More common lower dpi printing will enable even higher native resolution pictures from a 5 MP source. You can still generate high quality snapshot photos even if you aggressively crop the original image. Now, extrapolate and consider how large the high-quality pictures coming from a modern 14 MP point-and-shoot camera can be. Modern pixel interpolation techniques can extend these capabilities even further. Is it any wonder that an increasing number of technology analysts and journalists, not to mention knowledgeable users, are now claiming that the megapixel ‘race' is over?

Apple's approach

Apple's iPad® 2 tablet, along with the company's previously unveiled iPod® touch and iPhone® 4 siblings, provide an interesting case study of how design teams balanced contending and often contradictory trade-offs in defining and developing imaging subsystems (see Figure 3). The iPhone 4, made available for sale in June 2010, was the first iPhone family iteration to include a front-mounted image sensor intended for video conferencing applications such as Apple's FaceTime®.

The iPhone 4 front sensor's VGA resolution is capable of capturing standard-definition still images along with 480p video at up to 30 fps. The companion back-mounted image sensor, intended for conventional image capture applications, supports 5 MP still photos and 720p, 30 fps high-definition video, both representing upgrades from priorgeneration Apple handsets, but undershooting the capabilities of standalone cameras (see Table 1). Yet the iPhone 4 recently achieved a notable metric when it became the most popular source of images hosted on the Flickr® photosharing site.

Figure 3: The iPad® 2 and fourth-generation iPod® touch® introduced image capture capabilities to both platform families for the first time. (Courtesy of Apple).

Product Front camera Front camera (video) Rear camera (still) Rear camera (video)
iPhone N/A N/A 1600 x 1200 N/A
iPhone 3 N/A N/A 1600 x 1200 N/A
iPhone 3S N/A N/A 2048 x 1536 480p 30 fps (constrained by Apple; the sensor is 720p-capable)
iPhone 4 640 x 480 480p 30 fps 2592 x 1936 720p 30 fps

Table 1: Apple iPhone family variants and image capture capabilities.

The fourth-generation iPod touch®, unveiled in September 2010, was the first version of this particular product line to include an image sensor — two, actually. The front-mounted sensor spec mimics that of the iPhone 4, again with FaceTime and its video conferencing ilk in mind. However, the back-mounted sensor is substantially resolution-capped as compared to the one in the iPhone 4 of three months before, by ‘only' supporting 0.7 MP (960 x 720 pixel) still images, along with 720p 30 fps video. The same iPod touch sensor suite also found its way to the iPad 2 unveiled in March 2011, whose first-generation iPad predecessor provided no image capture capabilities.

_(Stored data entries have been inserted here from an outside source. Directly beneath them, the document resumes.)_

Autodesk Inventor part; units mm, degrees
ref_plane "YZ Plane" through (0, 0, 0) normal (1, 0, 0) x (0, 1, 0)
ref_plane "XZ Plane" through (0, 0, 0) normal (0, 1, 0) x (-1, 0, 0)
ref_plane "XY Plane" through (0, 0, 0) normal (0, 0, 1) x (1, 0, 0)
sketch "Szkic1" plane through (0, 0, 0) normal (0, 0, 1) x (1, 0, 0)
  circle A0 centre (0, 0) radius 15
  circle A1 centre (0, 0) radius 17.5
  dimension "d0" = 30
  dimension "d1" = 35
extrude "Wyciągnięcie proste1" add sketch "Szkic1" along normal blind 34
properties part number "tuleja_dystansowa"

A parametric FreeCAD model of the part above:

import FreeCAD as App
import Part
import Sketcher

V = App.Vector

doc = App.newDocument("Part")
body = doc.addObject("PartDesign::Body", "Body")

sketch1 = body.newObject("Sketcher::SketchObject", "Sketch")
sketch1.AttachmentSupport = (doc.getObject("XY_Plane"), [""])
sketch1.MapMode = "FlatFace"
sketch1.addGeometry([
    Part.Circle(V(0, 0, 0), V(0, 0, 1), 18),
    Part.Circle(V(0, 0, 0), V(0, 0, 1), 15),
], False)
sketch1.addConstraint([
    Sketcher.Constraint("Coincident", 0, 3, -1, 1),
    Sketcher.Constraint("Coincident", 1, 3, -1, 1),
    Sketcher.Constraint("Diameter", 0, 35.0),
    Sketcher.Constraint("Diameter", 1, 30.0),
])
pad1 = body.newObject("PartDesign::Pad", "Pad")
pad1.Profile = sketch1
pad1.Length = 34

doc.recompute()
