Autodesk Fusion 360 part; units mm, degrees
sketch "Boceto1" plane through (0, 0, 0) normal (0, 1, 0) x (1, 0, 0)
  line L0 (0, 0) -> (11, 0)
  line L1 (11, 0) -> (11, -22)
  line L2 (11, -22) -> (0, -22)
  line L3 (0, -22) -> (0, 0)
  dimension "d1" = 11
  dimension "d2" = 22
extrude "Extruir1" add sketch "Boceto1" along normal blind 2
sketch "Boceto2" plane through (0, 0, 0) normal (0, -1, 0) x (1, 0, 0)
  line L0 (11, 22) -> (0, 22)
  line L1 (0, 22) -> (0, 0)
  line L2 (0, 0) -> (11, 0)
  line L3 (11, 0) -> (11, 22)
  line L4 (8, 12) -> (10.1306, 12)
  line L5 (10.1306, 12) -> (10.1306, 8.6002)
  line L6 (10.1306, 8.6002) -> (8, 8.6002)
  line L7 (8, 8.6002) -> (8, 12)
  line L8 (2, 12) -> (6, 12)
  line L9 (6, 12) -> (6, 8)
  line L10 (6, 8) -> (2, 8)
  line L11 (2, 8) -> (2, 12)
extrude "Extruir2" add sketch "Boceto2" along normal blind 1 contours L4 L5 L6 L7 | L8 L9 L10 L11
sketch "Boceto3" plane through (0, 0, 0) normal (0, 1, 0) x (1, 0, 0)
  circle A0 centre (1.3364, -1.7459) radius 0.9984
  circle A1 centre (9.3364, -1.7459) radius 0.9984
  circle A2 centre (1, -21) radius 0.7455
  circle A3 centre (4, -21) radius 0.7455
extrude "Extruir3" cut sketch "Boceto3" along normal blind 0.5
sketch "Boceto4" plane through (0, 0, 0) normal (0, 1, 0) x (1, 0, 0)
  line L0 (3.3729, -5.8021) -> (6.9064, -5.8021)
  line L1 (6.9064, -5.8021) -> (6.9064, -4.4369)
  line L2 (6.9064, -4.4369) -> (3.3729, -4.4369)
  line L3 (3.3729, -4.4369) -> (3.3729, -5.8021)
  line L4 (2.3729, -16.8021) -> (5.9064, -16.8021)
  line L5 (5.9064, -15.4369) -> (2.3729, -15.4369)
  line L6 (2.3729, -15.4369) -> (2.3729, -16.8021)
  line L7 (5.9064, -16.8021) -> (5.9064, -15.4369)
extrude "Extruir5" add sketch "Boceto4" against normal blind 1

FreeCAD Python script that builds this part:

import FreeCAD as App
import Part
import Sketcher
Q = App.Units.Quantity

doc = App.newDocument("Part")
params = doc.addObject("Spreadsheet::Sheet", "Params")
for row, (alias, value) in enumerate([
    ("sketch1_width", "11 mm"),
    ("sketch1_height", "22 mm"),
    ("pad1_length", "2 mm"),
    ("sketch2_width", "4 mm"),
    ("pad2_length", "1 mm"),
    ("pocket1_length", "0.5 mm"),
    ("pad3_length", "1 mm"),
], start=1):
    params.set(f"A{row}", alias)
    params.set(f"B{row}", "=" + value)
    params.setAlias(f"B{row}", alias)

body = doc.addObject("PartDesign::Body", "Body")

sketch1 = doc.addObject("Sketcher::SketchObject", "Sketch")
body.addObject(sketch1)
sketch1.AttachmentSupport = (doc.XZ_Plane, [""])
sketch1.MapMode = "FlatFace"
sketch1.addGeometry([
    Part.LineSegment(App.Vector(11, 0, 0), App.Vector(0, 0, 0)),
    Part.LineSegment(App.Vector(0, 0, 0), App.Vector(0, 22, 0)),
    Part.LineSegment(App.Vector(0, 22, 0), App.Vector(11, 22, 0)),
    Part.LineSegment(App.Vector(11, 22, 0), App.Vector(11, 0, 0)),
], False)
sketch1.addConstraint([
    Sketcher.Constraint("Coincident", 0, 2, 1, 1),
    Sketcher.Constraint("Coincident", 1, 2, 2, 1),
    Sketcher.Constraint("Coincident", 2, 2, 3, 1),
    Sketcher.Constraint("Coincident", 3, 2, 0, 1),
    Sketcher.Constraint("Horizontal", 0),
    Sketcher.Constraint("Vertical", 1),
    Sketcher.Constraint("Horizontal", 2),
    Sketcher.Constraint("Vertical", 3),
    Sketcher.Constraint("Coincident", 0, 2, -1, 1),
    Sketcher.Constraint("DistanceX", 0, 2, 0, 1, Q("11 mm")),
    Sketcher.Constraint("DistanceY", 1, 1, 1, 2, Q("22 mm")),
])
sketch1.setExpression("Constraints[9]", "Params.sketch1_width")
sketch1.setExpression("Constraints[10]", "Params.sketch1_height")
pad1 = doc.addObject("PartDesign::Pad", "Pad")
body.addObject(pad1)
pad1.Profile = sketch1
pad1.setExpression("Length", "Params.pad1_length")
pad1.Reversed = True

sketch2 = doc.addObject("Sketcher::SketchObject", "Sketch001")
body.addObject(sketch2)
sketch2.AttachmentSupport = (doc.XZ_Plane, [""])
sketch2.MapMode = "FlatFace"
sketch2.addGeometry([
    Part.LineSegment(App.Vector(10.1, 12, 0), App.Vector(8, 12, 0)),
    Part.LineSegment(App.Vector(8, 12, 0), App.Vector(8, 8.6, 0)),
    Part.LineSegment(App.Vector(8, 8.6, 0), App.Vector(10.1, 8.6, 0)),
    Part.LineSegment(App.Vector(10.1, 8.6, 0), App.Vector(10.1, 12, 0)),
    Part.LineSegment(App.Vector(6, 12, 0), App.Vector(2, 12, 0)),
    Part.LineSegment(App.Vector(2, 12, 0), App.Vector(2, 8, 0)),
    Part.LineSegment(App.Vector(2, 8, 0), App.Vector(6, 8, 0)),
    Part.LineSegment(App.Vector(6, 8, 0), App.Vector(6, 12, 0)),
], False)
sketch2.addConstraint([
    Sketcher.Constraint("Coincident", 0, 2, 1, 1),
    Sketcher.Constraint("Coincident", 1, 2, 2, 1),
    Sketcher.Constraint("Coincident", 2, 2, 3, 1),
    Sketcher.Constraint("Coincident", 3, 2, 0, 1),
    Sketcher.Constraint("Coincident", 4, 2, 5, 1),
    Sketcher.Constraint("Coincident", 5, 2, 6, 1),
    Sketcher.Constraint("Coincident", 6, 2, 7, 1),
    Sketcher.Constraint("Coincident", 7, 2, 4, 1),
    Sketcher.Constraint("Horizontal", 0),
    Sketcher.Constraint("Vertical", 1),
    Sketcher.Constraint("Horizontal", 2),
    Sketcher.Constraint("Vertical", 3),
    Sketcher.Constraint("Horizontal", 4),
    Sketcher.Constraint("Vertical", 5),
    Sketcher.Constraint("Horizontal", 6),
    Sketcher.Constraint("Vertical", 7),
    Sketcher.Constraint("Horizontal", 3, 2, 4, 2),
    Sketcher.Constraint("Equal", 6, 5),
    Sketcher.Constraint("DistanceX", 4, 2, 4, 1, Q("4 mm")),
    Sketcher.Constraint("DistanceX", -1, 1, 0, 2, Q("8 mm")),
    Sketcher.Constraint("DistanceY", -1, 1, 0, 2, Q("12 mm")),
    Sketcher.Constraint("DistanceX", -1, 1, 4, 2, Q("2 mm")),
    Sketcher.Constraint("DistanceX", 0, 2, 0, 1, Q("2.1306 mm")),
    Sketcher.Constraint("DistanceY", 1, 2, 1, 1, Q("3.3998 mm")),
])
sketch2.setExpression("Constraints[18]", "Params.sketch2_width")
pad2 = doc.addObject("PartDesign::Pad", "Pad001")
body.addObject(pad2)
pad2.Profile = sketch2
pad2.setExpression("Length", "Params.pad2_length")

sketch3 = doc.addObject("Sketcher::SketchObject", "Sketch002")
body.addObject(sketch3)
sketch3.AttachmentSupport = (doc.XZ_Plane, [""])
sketch3.MapMode = "FlatFace"
sketch3.addGeometry([
    Part.Circle(App.Vector(1.3, 1.7, 0), App.Vector(0, 0, 1), 1),
    Part.Circle(App.Vector(9.3, 1.7, 0), App.Vector(0, 0, 1), 1),
    Part.Circle(App.Vector(1, 21, 0), App.Vector(0, 0, 1), 0.7),
    Part.Circle(App.Vector(4, 21, 0), App.Vector(0, 0, 1), 0.7),
], False)
sketch3.addConstraint([
    Sketcher.Constraint("Equal", 0, 1),
    Sketcher.Constraint("Equal", 2, 3),
    Sketcher.Constraint("Horizontal", 0, 3, 1, 3),
    Sketcher.Constraint("Horizontal", 2, 3, 3, 3),
    Sketcher.Constraint("Diameter", 2, Q("1.491 mm")),
    Sketcher.Constraint("DistanceX", -1, 1, 2, 3, Q("1 mm")),
    Sketcher.Constraint("DistanceY", -1, 1, 2, 3, Q("21 mm")),
    Sketcher.Constraint("DistanceX", -1, 1, 3, 3, Q("4 mm")),
    Sketcher.Constraint("DistanceX", 0, 3, 1, 3, Q("8 mm")),
    Sketcher.Constraint("Diameter", 0, Q("1.9968 mm")),
    Sketcher.Constraint("DistanceY", -1, 1, 0, 3, Q("1.746 mm")),
    Sketcher.Constraint("DistanceX", -1, 1, 0, 3, Q("1.3364 mm")),
])
pocket1 = doc.addObject("PartDesign::Pocket", "Pocket")
body.addObject(pocket1)
pocket1.Profile = sketch3
pocket1.setExpression("Length", "Params.pocket1_length")

sketch4 = doc.addObject("Sketcher::SketchObject", "Sketch003")
body.addObject(sketch4)
sketch4.AttachmentSupport = (doc.XZ_Plane, [""])
sketch4.MapMode = "FlatFace"
sketch4.addGeometry([
    Part.LineSegment(App.Vector(3.4, 4.4, 0), App.Vector(3.4, 5.8, 0)),
    Part.LineSegment(App.Vector(3.4, 5.8, 0), App.Vector(6.9, 5.8, 0)),
    Part.LineSegment(App.Vector(6.9, 5.8, 0), App.Vector(6.9, 4.4, 0)),
    Part.LineSegment(App.Vector(6.9, 4.4, 0), App.Vector(3.4, 4.4, 0)),
    Part.LineSegment(App.Vector(2.4, 15.4, 0), App.Vector(2.4, 16.8, 0)),
    Part.LineSegment(App.Vector(2.4, 16.8, 0), App.Vector(5.9, 16.8, 0)),
    Part.LineSegment(App.Vector(5.9, 16.8, 0), App.Vector(5.9, 15.4, 0)),
    Part.LineSegment(App.Vector(5.9, 15.4, 0), App.Vector(2.4, 15.4, 0)),
], False)
sketch4.addConstraint([
    Sketcher.Constraint("Coincident", 0, 2, 1, 1),
    Sketcher.Constraint("Coincident", 1, 2, 2, 1),
    Sketcher.Constraint("Coincident", 2, 2, 3, 1),
    Sketcher.Constraint("Coincident", 3, 2, 0, 1),
    Sketcher.Constraint("Coincident", 4, 2, 5, 1),
    Sketcher.Constraint("Coincident", 5, 2, 6, 1),
    Sketcher.Constraint("Coincident", 6, 2, 7, 1),
    Sketcher.Constraint("Coincident", 7, 2, 4, 1),
    Sketcher.Constraint("Vertical", 0),
    Sketcher.Constraint("Horizontal", 1),
    Sketcher.Constraint("Vertical", 2),
    Sketcher.Constraint("Horizontal", 3),
    Sketcher.Constraint("Vertical", 4),
    Sketcher.Constraint("Horizontal", 5),
    Sketcher.Constraint("Vertical", 6),
    Sketcher.Constraint("Horizontal", 7),
    Sketcher.Constraint("Equal", 3, 5),
    Sketcher.Constraint("Equal", 2, 4),
    Sketcher.Constraint("DistanceX", 4, 2, 0, 2, Q("1 mm")),
    Sketcher.Constraint("DistanceY", 0, 2, 4, 2, Q("11 mm")),
    Sketcher.Constraint("DistanceX", 1, 1, 1, 2, Q("3.5335 mm")),
    Sketcher.Constraint("DistanceY", 0, 1, 0, 2, Q("1.3652 mm")),
    Sketcher.Constraint("DistanceX", -1, 1, 0, 2, Q("3.373 mm")),
    Sketcher.Constraint("DistanceY", -1, 1, 0, 2, Q("5.802 mm")),
])
pad3 = doc.addObject("PartDesign::Pad", "Pad002")
body.addObject(pad3)
pad3.Profile = sketch4
pad3.setExpression("Length", "Params.pad3_length")

doc.recompute()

Arguably the iPad 2's back-mounted image sensor may have been included primarily for competitive positioning reasons. Alternative tablets such as the Android™-based tablet, Motorola Xoom™ offer rear-facing cameras with still image resolutions up to 5 MP, even though scant-at-best evidence exists that any users are using any tablets as still and video camera surrogates.

Wrapping up

Apple's engineers clearly resisted the temptation to include the highest available resolution image sensors in their latest system should you, too, in many cases:

  • If your system will be used in low ambient light environments
  • If you have stringent bill of material cost requirements
  • If your design is space-, weight- or power-consumption constrained
  • If the system contains limited resident nonvolatile storage, and especially if capacity cannot be augmented via expansion slot-based memory cards, and/or
  • If the wired or wireless connectivity between the system and the outside world is bandwidth-limited or -capped, either for file transfer or live-streaming purposes.

On the other hand, if your target customers will be making large-format prints of the images they capture, if they'll be employing ‘digital zoom' techniques to capture only a portion of the image presented to the sensor, or if they'll aggressively crop the source image post-capture and prior to archive, then consider a higher resolution sensor than you might otherwise incorporate.